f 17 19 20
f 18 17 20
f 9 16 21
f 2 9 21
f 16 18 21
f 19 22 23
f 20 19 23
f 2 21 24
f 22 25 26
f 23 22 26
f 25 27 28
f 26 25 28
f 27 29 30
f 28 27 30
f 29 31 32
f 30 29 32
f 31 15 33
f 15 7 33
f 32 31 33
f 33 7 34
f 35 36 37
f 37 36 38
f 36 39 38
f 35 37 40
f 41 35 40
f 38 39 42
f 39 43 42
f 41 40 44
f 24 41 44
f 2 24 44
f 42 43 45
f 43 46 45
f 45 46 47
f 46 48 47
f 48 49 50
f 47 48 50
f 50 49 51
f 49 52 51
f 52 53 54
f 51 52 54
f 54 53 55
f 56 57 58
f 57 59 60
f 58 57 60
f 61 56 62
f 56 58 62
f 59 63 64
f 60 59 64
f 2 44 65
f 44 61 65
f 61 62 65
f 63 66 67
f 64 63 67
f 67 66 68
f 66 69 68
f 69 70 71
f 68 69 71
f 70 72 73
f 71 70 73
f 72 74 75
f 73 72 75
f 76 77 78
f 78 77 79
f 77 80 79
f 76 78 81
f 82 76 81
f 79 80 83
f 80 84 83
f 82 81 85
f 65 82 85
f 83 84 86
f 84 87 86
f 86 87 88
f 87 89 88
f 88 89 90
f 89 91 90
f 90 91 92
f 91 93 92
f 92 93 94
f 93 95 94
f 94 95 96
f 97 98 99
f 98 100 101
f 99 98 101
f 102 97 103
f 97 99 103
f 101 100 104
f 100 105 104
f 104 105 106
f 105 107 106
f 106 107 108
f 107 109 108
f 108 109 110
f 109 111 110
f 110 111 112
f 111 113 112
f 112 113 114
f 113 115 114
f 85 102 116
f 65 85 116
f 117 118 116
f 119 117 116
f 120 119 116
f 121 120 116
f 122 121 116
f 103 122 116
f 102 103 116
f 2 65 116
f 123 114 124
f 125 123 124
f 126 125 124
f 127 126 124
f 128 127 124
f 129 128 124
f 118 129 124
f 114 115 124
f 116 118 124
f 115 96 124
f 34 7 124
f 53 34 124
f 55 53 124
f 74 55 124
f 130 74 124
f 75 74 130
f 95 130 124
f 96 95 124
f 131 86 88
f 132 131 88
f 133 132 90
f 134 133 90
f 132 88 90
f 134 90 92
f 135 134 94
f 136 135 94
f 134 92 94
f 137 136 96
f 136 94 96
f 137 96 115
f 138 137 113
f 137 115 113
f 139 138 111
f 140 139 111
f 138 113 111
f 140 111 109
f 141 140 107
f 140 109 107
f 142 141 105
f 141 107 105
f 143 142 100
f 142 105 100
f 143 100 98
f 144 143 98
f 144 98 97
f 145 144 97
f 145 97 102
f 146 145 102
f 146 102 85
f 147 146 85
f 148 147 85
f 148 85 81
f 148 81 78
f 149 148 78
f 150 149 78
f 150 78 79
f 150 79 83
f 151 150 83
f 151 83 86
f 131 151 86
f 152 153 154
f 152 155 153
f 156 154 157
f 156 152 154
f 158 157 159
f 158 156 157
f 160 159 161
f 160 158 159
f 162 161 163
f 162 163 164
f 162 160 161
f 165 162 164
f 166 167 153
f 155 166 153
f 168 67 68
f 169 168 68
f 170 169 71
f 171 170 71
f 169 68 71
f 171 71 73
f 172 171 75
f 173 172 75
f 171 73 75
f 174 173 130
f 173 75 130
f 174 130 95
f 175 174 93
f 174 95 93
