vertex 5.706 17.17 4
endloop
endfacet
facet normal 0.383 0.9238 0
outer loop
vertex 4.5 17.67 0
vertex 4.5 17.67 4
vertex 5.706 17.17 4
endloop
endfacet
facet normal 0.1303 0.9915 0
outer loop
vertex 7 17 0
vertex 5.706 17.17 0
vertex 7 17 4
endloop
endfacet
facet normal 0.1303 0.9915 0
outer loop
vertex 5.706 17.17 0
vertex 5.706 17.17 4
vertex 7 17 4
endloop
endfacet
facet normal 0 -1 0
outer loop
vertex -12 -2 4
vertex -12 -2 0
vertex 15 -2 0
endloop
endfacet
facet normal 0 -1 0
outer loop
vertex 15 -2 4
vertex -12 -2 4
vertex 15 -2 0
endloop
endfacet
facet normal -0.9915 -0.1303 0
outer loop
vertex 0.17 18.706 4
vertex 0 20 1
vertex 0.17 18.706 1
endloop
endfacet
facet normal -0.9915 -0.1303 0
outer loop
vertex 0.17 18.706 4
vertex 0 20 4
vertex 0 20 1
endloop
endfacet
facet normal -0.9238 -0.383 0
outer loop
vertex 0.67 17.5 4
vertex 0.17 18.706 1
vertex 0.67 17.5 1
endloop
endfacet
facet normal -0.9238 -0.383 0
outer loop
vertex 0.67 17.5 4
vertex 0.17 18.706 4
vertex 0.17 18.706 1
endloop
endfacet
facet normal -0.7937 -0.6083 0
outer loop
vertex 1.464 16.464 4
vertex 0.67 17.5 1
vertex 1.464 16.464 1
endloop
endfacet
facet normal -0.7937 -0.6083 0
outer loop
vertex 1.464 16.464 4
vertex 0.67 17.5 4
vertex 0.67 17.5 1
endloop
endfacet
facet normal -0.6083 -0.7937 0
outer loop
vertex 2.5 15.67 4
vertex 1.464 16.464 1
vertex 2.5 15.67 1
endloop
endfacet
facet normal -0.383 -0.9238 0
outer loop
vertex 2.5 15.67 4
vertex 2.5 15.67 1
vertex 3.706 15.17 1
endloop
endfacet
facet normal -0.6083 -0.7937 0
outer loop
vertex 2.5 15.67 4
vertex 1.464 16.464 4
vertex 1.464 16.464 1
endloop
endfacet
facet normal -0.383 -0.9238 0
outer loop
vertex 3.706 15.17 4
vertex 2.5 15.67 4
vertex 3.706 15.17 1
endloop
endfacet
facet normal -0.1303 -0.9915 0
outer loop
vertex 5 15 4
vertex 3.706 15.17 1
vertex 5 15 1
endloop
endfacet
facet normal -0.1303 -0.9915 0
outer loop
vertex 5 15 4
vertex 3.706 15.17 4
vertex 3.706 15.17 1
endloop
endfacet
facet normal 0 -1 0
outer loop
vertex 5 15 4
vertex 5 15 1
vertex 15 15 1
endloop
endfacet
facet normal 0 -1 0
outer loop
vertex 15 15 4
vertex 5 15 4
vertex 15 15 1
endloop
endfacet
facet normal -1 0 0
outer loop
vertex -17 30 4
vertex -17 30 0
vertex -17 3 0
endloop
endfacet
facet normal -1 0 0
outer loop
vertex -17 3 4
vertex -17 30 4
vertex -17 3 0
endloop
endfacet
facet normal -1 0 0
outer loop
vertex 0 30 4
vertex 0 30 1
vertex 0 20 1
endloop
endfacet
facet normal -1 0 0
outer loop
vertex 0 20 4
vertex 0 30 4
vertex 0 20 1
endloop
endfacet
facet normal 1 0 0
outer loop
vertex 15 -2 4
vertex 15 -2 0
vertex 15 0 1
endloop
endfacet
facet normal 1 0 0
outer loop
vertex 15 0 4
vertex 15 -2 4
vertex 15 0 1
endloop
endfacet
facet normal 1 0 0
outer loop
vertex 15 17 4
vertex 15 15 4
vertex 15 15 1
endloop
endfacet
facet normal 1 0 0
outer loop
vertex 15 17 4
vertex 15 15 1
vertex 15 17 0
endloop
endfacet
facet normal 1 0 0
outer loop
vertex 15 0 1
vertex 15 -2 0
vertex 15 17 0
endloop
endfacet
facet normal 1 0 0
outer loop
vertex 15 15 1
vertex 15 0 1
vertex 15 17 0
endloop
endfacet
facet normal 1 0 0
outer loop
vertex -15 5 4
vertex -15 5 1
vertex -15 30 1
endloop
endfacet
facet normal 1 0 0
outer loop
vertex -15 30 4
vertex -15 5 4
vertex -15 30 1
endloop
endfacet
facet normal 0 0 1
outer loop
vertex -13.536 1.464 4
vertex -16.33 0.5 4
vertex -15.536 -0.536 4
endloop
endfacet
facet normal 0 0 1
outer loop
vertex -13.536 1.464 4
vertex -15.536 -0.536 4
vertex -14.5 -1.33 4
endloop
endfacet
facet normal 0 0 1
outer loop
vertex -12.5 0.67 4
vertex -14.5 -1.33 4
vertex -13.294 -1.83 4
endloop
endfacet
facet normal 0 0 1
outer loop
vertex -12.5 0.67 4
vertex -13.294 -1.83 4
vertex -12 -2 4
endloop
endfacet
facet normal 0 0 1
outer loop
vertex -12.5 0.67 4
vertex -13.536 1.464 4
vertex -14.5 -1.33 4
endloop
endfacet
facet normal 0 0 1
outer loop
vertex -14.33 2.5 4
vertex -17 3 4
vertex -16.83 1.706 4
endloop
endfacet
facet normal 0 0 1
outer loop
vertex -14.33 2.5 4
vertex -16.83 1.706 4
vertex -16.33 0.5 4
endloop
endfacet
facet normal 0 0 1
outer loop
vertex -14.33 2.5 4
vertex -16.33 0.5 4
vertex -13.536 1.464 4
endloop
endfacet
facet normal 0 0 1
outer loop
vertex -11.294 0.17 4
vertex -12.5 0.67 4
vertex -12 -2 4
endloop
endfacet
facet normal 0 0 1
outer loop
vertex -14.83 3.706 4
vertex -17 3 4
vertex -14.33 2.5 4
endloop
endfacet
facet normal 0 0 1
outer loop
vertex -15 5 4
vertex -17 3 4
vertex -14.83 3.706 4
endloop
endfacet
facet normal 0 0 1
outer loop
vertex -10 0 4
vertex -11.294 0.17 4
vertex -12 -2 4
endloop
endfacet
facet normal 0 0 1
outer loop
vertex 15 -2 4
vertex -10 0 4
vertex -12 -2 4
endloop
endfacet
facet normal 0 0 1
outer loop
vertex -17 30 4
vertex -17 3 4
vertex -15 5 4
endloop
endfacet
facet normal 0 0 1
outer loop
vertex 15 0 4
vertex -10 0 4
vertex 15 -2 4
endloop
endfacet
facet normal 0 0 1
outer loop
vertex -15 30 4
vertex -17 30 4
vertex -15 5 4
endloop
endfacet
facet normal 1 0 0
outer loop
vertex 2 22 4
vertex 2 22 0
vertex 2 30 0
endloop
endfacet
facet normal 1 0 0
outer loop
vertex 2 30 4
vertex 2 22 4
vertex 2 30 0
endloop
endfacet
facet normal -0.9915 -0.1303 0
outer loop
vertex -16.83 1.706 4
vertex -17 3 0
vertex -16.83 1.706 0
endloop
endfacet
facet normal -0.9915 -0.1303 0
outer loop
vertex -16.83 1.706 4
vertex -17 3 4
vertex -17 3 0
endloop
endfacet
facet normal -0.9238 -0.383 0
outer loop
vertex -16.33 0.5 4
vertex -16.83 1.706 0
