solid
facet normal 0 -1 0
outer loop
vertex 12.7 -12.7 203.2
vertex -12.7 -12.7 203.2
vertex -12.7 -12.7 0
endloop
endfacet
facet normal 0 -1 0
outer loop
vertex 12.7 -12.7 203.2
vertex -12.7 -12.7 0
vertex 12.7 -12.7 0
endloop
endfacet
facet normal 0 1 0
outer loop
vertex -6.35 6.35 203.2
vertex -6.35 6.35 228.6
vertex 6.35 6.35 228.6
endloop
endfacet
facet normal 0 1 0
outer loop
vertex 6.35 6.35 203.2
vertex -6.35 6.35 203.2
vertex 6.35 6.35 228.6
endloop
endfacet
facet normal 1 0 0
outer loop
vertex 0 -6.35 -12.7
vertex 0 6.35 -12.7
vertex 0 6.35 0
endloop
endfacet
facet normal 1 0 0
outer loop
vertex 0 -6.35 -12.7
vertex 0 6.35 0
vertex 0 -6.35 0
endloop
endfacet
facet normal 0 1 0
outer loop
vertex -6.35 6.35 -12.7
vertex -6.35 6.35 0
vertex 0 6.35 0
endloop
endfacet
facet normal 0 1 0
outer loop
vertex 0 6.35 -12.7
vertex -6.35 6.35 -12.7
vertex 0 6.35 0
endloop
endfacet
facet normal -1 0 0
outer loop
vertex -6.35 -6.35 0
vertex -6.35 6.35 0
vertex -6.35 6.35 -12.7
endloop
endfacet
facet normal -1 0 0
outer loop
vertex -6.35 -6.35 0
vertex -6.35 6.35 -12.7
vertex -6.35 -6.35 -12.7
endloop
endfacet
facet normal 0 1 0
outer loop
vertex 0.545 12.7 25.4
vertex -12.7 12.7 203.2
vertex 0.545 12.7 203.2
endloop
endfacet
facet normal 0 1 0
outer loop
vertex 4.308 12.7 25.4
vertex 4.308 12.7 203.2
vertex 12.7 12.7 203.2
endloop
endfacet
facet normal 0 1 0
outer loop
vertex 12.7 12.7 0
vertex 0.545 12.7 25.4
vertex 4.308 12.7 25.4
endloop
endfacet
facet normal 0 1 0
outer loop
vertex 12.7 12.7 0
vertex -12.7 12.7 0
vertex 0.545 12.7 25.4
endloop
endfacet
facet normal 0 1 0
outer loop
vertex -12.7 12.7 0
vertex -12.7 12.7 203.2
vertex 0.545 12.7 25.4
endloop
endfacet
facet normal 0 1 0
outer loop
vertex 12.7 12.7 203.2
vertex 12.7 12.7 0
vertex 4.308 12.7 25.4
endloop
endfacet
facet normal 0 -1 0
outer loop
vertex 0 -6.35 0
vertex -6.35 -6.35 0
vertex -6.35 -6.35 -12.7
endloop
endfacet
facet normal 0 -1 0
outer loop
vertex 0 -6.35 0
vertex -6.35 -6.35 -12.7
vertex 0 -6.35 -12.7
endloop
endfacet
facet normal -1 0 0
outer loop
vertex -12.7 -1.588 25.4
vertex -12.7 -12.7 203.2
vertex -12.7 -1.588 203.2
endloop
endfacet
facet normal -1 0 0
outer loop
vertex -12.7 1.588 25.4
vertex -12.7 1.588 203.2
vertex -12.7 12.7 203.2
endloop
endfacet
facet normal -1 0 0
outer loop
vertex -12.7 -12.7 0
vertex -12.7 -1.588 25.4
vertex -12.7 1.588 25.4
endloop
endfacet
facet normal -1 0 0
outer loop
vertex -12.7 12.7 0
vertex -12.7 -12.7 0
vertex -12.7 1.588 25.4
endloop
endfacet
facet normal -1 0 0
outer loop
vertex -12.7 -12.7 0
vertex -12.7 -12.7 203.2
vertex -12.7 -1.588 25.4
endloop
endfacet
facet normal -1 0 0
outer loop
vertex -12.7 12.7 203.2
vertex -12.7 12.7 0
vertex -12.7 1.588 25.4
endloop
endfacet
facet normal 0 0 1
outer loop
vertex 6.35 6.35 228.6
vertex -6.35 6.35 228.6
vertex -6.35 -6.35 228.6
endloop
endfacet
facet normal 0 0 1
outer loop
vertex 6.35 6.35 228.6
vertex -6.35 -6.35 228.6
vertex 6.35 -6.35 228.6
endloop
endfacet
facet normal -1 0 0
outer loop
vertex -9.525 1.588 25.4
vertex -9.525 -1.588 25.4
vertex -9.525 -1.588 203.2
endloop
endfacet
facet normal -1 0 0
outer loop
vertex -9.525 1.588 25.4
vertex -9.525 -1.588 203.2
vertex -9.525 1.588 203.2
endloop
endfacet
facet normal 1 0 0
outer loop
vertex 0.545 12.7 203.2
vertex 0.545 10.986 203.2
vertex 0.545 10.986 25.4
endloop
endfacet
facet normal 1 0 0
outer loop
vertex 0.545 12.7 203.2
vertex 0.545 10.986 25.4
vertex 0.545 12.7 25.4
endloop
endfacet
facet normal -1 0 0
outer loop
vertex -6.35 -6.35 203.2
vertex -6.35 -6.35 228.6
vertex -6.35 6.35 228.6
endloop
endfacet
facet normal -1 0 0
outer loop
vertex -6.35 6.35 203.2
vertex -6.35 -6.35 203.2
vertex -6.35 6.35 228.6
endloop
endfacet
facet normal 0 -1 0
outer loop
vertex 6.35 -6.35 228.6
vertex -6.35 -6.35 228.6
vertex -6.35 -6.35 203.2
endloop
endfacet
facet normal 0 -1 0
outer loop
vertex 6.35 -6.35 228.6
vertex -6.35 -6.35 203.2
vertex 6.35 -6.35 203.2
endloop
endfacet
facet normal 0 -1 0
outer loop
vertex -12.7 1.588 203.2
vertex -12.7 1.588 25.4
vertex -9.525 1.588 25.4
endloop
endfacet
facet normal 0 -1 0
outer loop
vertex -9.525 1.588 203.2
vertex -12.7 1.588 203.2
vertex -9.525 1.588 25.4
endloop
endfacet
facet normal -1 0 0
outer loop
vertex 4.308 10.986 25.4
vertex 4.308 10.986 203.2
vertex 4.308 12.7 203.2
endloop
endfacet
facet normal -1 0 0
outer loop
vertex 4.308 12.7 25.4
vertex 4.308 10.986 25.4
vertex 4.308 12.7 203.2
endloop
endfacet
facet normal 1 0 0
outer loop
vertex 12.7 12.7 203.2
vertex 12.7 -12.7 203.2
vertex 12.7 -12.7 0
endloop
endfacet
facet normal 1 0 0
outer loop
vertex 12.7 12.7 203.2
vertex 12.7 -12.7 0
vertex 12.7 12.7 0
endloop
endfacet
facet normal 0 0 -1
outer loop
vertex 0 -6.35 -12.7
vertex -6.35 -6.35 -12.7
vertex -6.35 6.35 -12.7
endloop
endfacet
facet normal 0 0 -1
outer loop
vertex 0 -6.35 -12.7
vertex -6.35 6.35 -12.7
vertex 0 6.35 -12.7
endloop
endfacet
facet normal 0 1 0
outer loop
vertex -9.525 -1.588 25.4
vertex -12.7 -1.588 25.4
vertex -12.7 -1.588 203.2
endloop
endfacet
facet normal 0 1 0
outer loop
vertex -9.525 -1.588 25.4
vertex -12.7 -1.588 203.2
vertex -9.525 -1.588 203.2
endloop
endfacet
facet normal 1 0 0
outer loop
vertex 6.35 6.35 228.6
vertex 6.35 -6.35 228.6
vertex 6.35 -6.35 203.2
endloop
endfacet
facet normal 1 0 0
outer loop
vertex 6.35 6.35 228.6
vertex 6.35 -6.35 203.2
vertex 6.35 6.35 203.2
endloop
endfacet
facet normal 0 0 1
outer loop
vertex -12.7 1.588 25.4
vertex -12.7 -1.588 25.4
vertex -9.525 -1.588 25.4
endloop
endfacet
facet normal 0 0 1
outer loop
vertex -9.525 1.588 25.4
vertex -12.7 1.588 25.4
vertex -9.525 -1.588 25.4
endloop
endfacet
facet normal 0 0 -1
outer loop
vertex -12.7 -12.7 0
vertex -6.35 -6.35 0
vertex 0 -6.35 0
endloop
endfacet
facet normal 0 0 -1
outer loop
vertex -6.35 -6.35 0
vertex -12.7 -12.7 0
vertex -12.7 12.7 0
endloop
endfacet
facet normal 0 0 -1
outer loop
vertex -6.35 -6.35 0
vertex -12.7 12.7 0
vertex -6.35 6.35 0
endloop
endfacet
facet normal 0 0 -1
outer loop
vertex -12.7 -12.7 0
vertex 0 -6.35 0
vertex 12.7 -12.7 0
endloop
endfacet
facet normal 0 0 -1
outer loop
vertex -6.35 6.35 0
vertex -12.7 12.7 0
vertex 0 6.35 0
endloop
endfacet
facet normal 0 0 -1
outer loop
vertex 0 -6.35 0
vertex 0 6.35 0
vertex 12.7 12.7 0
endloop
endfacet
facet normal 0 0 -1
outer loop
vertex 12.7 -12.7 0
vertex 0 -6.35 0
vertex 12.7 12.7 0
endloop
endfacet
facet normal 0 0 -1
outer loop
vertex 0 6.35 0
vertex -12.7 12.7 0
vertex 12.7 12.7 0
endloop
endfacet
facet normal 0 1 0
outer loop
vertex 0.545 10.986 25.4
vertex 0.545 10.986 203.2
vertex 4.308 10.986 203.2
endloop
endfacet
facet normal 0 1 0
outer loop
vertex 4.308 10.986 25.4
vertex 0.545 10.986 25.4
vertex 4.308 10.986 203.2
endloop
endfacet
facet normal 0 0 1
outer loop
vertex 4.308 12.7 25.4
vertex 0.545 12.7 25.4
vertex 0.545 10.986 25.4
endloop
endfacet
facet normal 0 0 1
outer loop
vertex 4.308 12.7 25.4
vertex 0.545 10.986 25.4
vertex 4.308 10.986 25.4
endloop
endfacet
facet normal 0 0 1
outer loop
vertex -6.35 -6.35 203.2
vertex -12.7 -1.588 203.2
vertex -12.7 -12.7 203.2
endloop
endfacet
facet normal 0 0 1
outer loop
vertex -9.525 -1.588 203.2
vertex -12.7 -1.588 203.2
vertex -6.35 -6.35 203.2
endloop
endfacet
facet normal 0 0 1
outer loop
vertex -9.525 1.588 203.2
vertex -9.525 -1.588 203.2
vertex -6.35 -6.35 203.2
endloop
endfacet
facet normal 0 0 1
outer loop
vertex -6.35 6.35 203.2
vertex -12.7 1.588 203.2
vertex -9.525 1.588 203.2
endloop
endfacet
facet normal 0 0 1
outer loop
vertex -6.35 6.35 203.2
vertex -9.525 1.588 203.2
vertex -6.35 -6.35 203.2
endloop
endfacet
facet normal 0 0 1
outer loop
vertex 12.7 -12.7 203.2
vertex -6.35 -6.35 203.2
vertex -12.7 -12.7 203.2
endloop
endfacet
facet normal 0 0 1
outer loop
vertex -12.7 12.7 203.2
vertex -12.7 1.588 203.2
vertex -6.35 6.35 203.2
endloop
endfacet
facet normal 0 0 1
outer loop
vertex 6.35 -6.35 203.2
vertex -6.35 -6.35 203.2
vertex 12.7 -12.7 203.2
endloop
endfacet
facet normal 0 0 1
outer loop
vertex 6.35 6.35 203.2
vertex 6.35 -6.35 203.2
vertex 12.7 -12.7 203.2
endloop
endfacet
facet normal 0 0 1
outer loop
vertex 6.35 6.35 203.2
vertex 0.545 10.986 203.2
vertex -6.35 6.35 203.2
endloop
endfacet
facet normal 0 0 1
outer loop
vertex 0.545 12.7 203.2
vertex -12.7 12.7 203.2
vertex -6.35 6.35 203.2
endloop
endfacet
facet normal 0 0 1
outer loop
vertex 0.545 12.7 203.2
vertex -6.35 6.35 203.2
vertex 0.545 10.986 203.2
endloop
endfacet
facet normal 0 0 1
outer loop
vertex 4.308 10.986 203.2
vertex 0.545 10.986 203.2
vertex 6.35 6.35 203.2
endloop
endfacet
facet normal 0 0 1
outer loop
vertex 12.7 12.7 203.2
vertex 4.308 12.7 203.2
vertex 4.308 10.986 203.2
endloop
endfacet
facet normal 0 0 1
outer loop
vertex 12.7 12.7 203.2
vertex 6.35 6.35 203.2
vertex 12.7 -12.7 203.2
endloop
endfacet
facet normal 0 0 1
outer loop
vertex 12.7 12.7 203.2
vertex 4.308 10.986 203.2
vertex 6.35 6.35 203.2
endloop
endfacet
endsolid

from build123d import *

# Parameters (mm, degrees)
F0_W     = 25.4
F0_H     = 25.4
F1_DEPTH = 203.2
F2_W     = 12.7
F2_H     = 12.7
F3_DEPTH = 12.7
F4_W     = 6.35
F4_H     = 12.7
F5_DEPTH = 12.7
F6_W     = 3.762882
F6_H     = 3.762882
F6_W_2   = 3.175
F6_H_2   = 3.175
F7_DEPTH = 177.8
F8_W     = 12.7
F8_H     = 12.7
F9_DEPTH = 25.4


with BuildPart() as f1:
    # F0 (on Top) → F1 (new body)
    with BuildSketch(Plane.XY):
        Rectangle(F0_W, F0_H)
    extrude(amount=F1_DEPTH)

    # F2 (on face) → F3 (join)
    with BuildSketch(Plane(origin=(0, 0, 0), x_dir=(1, 0, 0), z_dir=(0, 0, -1))):
        Rectangle(F2_W, F2_H)
    extrude(amount=F3_DEPTH)

    # F4 (on face) → F5 (cut)
    with BuildSketch(Plane(origin=(0, 0, -12.7), x_dir=(1, 0, 0), z_dir=(0, 0, -1))):
        with Locations((3.175, 0)):
            Rectangle(F4_W, F4_H)
    extrude(amount=-F5_DEPTH, mode=Mode.SUBTRACT)

    # F6 (on face) → F7 (cut)
    with BuildSketch(Plane.XY.offset(203.2)):
        with Locations((2.426788, 12.867747)):
            Rectangle(F6_W, F6_H)
        with Locations((-11.1125, 0)):
            Rectangle(F6_W_2, F6_H_2)
    extrude(amount=-F7_DEPTH, mode=Mode.SUBTRACT)

    # F8 (on face) → F9 (join)
    with BuildSketch(Plane.XY.offset(203.2)):
        Rectangle(F8_W, F8_H)
    extrude(amount=F9_DEPTH)


solid = f1.part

···

■ Work to be completed ■
Your task is to quote, without any alteration, the lines running from the top of the records to the line that holds "f 131 151 86", both included.

■ Task response ■
f 17 19 20
f 18 17 20
f 9 16 21
f 2 9 21
f 16 18 21
f 19 22 23
f 20 19 23
f 2 21 24
f 22 25 26
f 23 22 26
f 25 27 28
f 26 25 28
f 27 29 30
f 28 27 30
f 29 31 32
f 30 29 32
f 31 15 33
f 15 7 33
f 32 31 33
f 33 7 34
f 35 36 37
f 37 36 38
f 36 39 38
f 35 37 40
f 41 35 40
f 38 39 42
f 39 43 42
f 41 40 44
f 24 41 44
f 2 24 44
f 42 43 45
f 43 46 45
f 45 46 47
f 46 48 47
f 48 49 50
f 47 48 50
f 50 49 51
f 49 52 51
f 52 53 54
f 51 52 54
f 54 53 55
f 56 57 58
f 57 59 60
f 58 57 60
f 61 56 62
f 56 58 62
f 59 63 64
f 60 59 64
f 2 44 65
f 44 61 65
f 61 62 65
f 63 66 67
f 64 63 67
f 67 66 68
f 66 69 68
f 69 70 71
f 68 69 71
f 70 72 73
f 71 70 73
f 72 74 75
f 73 72 75
f 76 77 78
f 78 77 79
f 77 80 79
f 76 78 81
f 82 76 81
f 79 80 83
f 80 84 83
f 82 81 85
f 65 82 85
f 83 84 86
f 84 87 86
f 86 87 88
f 87 89 88
f 88 89 90
f 89 91 90
f 90 91 92
f 91 93 92
f 92 93 94
f 93 95 94
f 94 95 96
f 97 98 99
f 98 100 101
f 99 98 101
f 102 97 103
f 97 99 103
f 101 100 104
f 100 105 104
f 104 105 106
f 105 107 106
f 106 107 108
f 107 109 108
f 108 109 110
f 109 111 110
f 110 111 112
f 111 113 112
f 112 113 114
f 113 115 114
f 85 102 116
f 65 85 116
f 117 118 116
f 119 117 116
f 120 119 116
f 121 120 116
f 122 121 116
f 103 122 116
f 102 103 116
f 2 65 116
f 123 114 124
f 125 123 124
f 126 125 124
f 127 126 124
f 128 127 124
f 129 128 124
f 118 129 124
f 114 115 124
f 116 118 124
f 115 96 124
f 34 7 124
f 53 34 124
f 55 53 124
f 74 55 124
f 130 74 124
f 75 74 130
f 95 130 124
f 96 95 124
f 131 86 88
f 132 131 88
f 133 132 90
f 134 133 90
f 132 88 90
f 134 90 92
f 135 134 94
f 136 135 94
f 134 92 94
f 137 136 96
f 136 94 96
f 137 96 115
f 138 137 113
f 137 115 113
f 139 138 111
f 140 139 111
f 138 113 111
f 140 111 109
f 141 140 107
f 140 109 107
f 142 141 105
f 141 107 105
f 143 142 100
f 142 105 100
f 143 100 98
f 144 143 98
f 144 98 97
f 145 144 97
f 145 97 102
f 146 145 102
f 146 102 85
f 147 146 85
f 148 147 85
f 148 85 81
f 148 81 78
f 149 148 78
f 150 149 78
f 150 78 79
f 150 79 83
f 151 150 83
f 151 83 86
f 131 151 86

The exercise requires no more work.